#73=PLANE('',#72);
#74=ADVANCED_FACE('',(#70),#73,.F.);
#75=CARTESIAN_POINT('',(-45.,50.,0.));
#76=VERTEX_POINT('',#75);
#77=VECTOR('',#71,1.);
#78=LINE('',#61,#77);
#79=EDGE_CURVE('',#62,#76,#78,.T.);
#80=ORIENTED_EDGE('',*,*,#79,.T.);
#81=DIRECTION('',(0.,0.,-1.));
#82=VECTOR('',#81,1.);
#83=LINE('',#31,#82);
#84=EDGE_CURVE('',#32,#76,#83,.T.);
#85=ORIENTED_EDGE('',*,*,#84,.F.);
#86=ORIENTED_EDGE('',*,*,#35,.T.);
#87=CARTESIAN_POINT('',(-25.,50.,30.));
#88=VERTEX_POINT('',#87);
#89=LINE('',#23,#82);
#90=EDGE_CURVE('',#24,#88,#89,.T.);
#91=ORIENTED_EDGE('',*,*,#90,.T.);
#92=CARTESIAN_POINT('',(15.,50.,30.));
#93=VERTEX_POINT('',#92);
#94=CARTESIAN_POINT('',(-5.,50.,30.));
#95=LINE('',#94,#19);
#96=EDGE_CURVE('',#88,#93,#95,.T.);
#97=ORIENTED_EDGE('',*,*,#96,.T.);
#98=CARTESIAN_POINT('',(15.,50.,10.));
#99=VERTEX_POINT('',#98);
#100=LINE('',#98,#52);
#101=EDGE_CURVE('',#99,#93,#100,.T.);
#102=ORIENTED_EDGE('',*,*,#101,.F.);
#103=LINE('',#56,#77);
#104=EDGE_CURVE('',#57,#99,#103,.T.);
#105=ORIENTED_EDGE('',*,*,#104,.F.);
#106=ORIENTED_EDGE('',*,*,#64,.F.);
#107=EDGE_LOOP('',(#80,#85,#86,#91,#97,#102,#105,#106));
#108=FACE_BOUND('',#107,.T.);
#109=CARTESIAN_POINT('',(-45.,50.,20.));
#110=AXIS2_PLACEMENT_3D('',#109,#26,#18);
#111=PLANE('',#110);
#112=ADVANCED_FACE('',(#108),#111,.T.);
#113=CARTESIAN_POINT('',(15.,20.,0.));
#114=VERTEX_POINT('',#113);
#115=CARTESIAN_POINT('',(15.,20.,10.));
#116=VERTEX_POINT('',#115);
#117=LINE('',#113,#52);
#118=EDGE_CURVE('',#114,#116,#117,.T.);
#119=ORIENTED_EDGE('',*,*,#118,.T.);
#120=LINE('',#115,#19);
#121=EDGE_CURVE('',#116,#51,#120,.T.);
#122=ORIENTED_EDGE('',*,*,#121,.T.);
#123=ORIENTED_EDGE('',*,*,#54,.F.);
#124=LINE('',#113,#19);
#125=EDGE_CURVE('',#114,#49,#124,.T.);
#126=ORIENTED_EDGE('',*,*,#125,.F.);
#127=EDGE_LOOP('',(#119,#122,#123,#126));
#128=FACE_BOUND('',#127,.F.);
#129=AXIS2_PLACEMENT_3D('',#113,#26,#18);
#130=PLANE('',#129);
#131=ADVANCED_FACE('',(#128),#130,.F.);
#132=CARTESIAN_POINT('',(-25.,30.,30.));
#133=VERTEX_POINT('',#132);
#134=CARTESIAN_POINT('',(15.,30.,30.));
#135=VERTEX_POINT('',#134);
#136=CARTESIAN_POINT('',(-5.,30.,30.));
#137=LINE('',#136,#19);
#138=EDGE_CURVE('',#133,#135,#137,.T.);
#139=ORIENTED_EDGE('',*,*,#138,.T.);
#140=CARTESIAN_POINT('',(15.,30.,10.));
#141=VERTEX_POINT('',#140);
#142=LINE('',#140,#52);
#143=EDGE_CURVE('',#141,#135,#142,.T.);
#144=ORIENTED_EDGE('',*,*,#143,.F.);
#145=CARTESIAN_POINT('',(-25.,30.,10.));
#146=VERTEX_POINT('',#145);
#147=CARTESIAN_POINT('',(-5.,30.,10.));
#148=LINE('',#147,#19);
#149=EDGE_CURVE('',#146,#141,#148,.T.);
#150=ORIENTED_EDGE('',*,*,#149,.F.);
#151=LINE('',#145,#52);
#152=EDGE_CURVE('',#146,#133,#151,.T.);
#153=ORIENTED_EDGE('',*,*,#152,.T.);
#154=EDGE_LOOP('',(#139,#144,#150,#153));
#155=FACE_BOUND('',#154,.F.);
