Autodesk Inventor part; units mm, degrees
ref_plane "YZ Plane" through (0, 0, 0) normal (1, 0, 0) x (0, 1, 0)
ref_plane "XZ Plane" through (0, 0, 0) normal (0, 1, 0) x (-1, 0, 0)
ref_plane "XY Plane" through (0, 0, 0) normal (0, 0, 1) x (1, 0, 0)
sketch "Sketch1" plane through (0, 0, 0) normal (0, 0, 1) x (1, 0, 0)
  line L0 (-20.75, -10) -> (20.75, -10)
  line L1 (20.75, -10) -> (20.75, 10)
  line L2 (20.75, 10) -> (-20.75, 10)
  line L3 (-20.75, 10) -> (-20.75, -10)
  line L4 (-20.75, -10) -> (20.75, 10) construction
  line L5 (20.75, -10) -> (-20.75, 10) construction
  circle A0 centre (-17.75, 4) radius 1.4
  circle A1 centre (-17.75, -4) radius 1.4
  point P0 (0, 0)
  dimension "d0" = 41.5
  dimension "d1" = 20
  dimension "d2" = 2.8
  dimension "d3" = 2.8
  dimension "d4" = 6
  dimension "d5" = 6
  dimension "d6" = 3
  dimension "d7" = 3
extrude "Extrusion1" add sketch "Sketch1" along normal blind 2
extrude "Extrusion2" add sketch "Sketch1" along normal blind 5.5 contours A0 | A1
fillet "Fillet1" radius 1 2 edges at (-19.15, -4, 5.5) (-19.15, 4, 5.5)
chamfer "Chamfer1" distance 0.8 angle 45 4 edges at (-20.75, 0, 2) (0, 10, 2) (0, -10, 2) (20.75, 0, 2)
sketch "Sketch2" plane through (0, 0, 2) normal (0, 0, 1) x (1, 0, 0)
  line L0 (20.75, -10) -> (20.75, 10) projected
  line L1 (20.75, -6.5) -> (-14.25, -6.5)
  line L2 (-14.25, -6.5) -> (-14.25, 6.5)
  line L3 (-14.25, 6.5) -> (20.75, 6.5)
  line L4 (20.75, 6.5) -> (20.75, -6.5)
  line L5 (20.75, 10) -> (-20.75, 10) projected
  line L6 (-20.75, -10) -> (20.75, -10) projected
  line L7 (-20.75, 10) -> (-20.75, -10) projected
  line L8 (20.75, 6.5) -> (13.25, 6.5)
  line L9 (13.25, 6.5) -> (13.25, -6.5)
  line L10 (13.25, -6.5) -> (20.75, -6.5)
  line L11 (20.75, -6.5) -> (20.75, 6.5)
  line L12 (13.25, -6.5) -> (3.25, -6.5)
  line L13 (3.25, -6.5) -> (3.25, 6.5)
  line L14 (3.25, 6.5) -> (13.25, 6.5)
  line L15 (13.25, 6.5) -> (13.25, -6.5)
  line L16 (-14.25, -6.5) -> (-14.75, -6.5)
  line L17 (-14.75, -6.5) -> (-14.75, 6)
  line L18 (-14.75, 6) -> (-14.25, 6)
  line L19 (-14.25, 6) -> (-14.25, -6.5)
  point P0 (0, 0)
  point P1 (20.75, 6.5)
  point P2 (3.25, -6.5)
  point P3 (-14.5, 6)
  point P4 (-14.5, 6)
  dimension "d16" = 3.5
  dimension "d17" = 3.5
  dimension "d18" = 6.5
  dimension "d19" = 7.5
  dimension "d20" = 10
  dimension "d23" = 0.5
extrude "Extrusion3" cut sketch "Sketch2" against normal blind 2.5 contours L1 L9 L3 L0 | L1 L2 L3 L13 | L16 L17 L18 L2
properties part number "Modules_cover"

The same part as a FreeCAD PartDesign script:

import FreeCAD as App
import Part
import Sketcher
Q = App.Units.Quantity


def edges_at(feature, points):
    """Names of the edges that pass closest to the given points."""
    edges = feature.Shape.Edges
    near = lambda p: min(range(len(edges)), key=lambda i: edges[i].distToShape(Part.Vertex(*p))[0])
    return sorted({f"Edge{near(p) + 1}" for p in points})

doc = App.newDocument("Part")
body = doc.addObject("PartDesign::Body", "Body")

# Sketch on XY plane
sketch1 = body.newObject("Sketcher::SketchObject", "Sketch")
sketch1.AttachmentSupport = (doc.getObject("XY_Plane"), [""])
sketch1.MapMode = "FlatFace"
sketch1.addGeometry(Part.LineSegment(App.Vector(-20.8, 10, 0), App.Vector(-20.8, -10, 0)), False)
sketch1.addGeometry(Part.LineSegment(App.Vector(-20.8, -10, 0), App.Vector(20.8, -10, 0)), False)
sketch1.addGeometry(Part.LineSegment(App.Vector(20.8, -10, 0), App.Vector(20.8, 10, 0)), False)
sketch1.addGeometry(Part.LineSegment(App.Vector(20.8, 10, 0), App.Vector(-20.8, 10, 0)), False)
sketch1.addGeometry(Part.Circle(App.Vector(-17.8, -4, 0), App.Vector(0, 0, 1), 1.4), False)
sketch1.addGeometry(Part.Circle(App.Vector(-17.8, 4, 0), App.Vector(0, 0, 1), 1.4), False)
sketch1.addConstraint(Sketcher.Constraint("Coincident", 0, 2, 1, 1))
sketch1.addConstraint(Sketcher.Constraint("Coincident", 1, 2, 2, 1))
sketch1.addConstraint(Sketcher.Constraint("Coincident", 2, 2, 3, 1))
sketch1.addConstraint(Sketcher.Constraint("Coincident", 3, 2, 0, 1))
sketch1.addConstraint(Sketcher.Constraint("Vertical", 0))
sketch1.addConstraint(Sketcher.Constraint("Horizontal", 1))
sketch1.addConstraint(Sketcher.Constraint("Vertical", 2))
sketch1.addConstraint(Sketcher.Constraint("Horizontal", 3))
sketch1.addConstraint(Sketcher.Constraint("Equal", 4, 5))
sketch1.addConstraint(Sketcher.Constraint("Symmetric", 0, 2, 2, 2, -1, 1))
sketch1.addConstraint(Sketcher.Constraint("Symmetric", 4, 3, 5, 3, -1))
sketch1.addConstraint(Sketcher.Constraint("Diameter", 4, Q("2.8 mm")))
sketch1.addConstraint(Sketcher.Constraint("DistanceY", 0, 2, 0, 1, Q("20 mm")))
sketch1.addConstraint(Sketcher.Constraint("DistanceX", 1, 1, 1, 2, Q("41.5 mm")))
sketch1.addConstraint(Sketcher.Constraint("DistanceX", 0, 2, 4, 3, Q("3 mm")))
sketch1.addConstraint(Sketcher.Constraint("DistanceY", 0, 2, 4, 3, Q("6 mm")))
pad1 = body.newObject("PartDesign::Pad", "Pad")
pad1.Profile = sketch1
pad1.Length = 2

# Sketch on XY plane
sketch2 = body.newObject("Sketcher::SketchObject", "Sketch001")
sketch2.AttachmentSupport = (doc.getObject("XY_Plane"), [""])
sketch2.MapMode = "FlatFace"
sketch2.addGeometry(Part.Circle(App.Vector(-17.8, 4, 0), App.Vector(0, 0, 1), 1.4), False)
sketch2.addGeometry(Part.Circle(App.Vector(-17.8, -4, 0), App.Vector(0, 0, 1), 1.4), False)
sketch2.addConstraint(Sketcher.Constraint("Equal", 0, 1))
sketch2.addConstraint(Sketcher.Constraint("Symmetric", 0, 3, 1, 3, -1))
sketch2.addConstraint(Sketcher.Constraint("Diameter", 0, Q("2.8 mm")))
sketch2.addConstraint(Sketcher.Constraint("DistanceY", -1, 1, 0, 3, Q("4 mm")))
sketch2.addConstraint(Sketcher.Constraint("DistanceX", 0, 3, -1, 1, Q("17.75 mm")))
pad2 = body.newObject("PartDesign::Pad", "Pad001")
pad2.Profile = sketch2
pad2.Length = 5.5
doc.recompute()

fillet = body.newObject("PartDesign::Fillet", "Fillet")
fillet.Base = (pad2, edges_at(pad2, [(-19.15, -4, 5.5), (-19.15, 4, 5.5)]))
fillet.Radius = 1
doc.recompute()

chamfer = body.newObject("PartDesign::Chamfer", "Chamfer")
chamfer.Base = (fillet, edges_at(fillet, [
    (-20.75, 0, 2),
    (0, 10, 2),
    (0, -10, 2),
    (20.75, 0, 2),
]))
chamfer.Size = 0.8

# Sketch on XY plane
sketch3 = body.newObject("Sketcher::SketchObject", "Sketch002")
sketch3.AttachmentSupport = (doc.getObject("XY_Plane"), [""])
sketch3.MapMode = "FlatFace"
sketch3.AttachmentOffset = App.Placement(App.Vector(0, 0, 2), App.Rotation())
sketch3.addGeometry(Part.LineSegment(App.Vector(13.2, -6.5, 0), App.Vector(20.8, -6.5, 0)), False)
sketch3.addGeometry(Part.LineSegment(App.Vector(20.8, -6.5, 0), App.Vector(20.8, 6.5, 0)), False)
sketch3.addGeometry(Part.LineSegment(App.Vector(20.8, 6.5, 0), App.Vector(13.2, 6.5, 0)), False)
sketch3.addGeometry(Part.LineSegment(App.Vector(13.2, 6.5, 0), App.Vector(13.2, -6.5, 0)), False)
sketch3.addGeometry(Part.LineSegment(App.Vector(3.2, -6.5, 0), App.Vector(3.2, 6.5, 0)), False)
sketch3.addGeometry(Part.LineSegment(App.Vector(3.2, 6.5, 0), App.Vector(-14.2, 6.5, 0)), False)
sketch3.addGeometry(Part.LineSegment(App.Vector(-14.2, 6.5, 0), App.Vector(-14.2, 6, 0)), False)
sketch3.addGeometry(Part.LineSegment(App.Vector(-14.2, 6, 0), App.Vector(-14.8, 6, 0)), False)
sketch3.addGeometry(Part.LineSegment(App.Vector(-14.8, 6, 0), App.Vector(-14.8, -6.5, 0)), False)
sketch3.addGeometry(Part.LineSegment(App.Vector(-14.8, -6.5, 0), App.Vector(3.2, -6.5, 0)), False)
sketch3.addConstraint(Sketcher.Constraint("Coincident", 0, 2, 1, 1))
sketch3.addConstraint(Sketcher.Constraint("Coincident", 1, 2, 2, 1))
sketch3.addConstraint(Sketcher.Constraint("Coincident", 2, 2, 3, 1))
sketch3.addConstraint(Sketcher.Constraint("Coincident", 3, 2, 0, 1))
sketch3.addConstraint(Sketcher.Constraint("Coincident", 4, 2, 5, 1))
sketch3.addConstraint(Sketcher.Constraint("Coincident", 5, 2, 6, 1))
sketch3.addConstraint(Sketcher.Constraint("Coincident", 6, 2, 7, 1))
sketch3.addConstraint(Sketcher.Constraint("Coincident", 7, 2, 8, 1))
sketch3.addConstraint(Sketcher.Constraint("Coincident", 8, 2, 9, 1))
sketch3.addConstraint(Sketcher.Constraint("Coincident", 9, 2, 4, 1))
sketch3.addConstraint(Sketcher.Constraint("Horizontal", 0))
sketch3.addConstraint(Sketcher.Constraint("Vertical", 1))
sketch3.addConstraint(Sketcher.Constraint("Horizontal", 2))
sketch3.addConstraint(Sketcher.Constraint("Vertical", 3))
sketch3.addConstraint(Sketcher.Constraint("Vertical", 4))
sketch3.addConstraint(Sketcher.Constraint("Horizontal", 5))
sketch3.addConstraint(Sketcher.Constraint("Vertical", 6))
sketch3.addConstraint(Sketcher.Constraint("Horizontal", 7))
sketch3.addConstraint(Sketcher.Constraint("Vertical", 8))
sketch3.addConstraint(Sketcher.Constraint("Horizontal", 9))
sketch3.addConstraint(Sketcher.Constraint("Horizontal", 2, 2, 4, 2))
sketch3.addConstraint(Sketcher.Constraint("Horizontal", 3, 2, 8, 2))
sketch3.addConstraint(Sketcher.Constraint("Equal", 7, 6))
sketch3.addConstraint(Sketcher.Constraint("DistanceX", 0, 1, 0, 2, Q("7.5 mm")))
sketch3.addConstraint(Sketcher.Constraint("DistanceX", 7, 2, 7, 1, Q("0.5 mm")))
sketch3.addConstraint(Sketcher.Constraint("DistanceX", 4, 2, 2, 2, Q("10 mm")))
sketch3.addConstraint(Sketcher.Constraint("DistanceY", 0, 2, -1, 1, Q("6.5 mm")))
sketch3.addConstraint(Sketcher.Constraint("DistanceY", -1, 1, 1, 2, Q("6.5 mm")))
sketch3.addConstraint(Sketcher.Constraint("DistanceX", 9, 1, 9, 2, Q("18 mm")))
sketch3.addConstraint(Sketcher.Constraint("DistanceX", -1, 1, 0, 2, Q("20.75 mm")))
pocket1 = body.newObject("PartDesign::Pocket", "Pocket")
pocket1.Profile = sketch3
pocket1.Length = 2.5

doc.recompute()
○ ○ ○ ○ ○ ○ ○
YOUR GOAL
Your task is to restate, word for word, only those lines above that fall between the line holding "#127=EDGE_LOOP('',(#119,#122,#123,#126));" and the line holding "#133=VERTEX_POINT('',#132);", inclusive.

RESPONSE TO THIS EXERCISE
#127=EDGE_LOOP('',(#119,#122,#123,#126));
#128=FACE_BOUND('',#127,.F.);
#129=AXIS2_PLACEMENT_3D('',#113,#26,#18);
#130=PLANE('',#129);
#131=ADVANCED_FACE('',(#128),#130,.F.);
#132=CARTESIAN_POINT('',(-25.,30.,30.));
#133=VERTEX_POINT('',#132);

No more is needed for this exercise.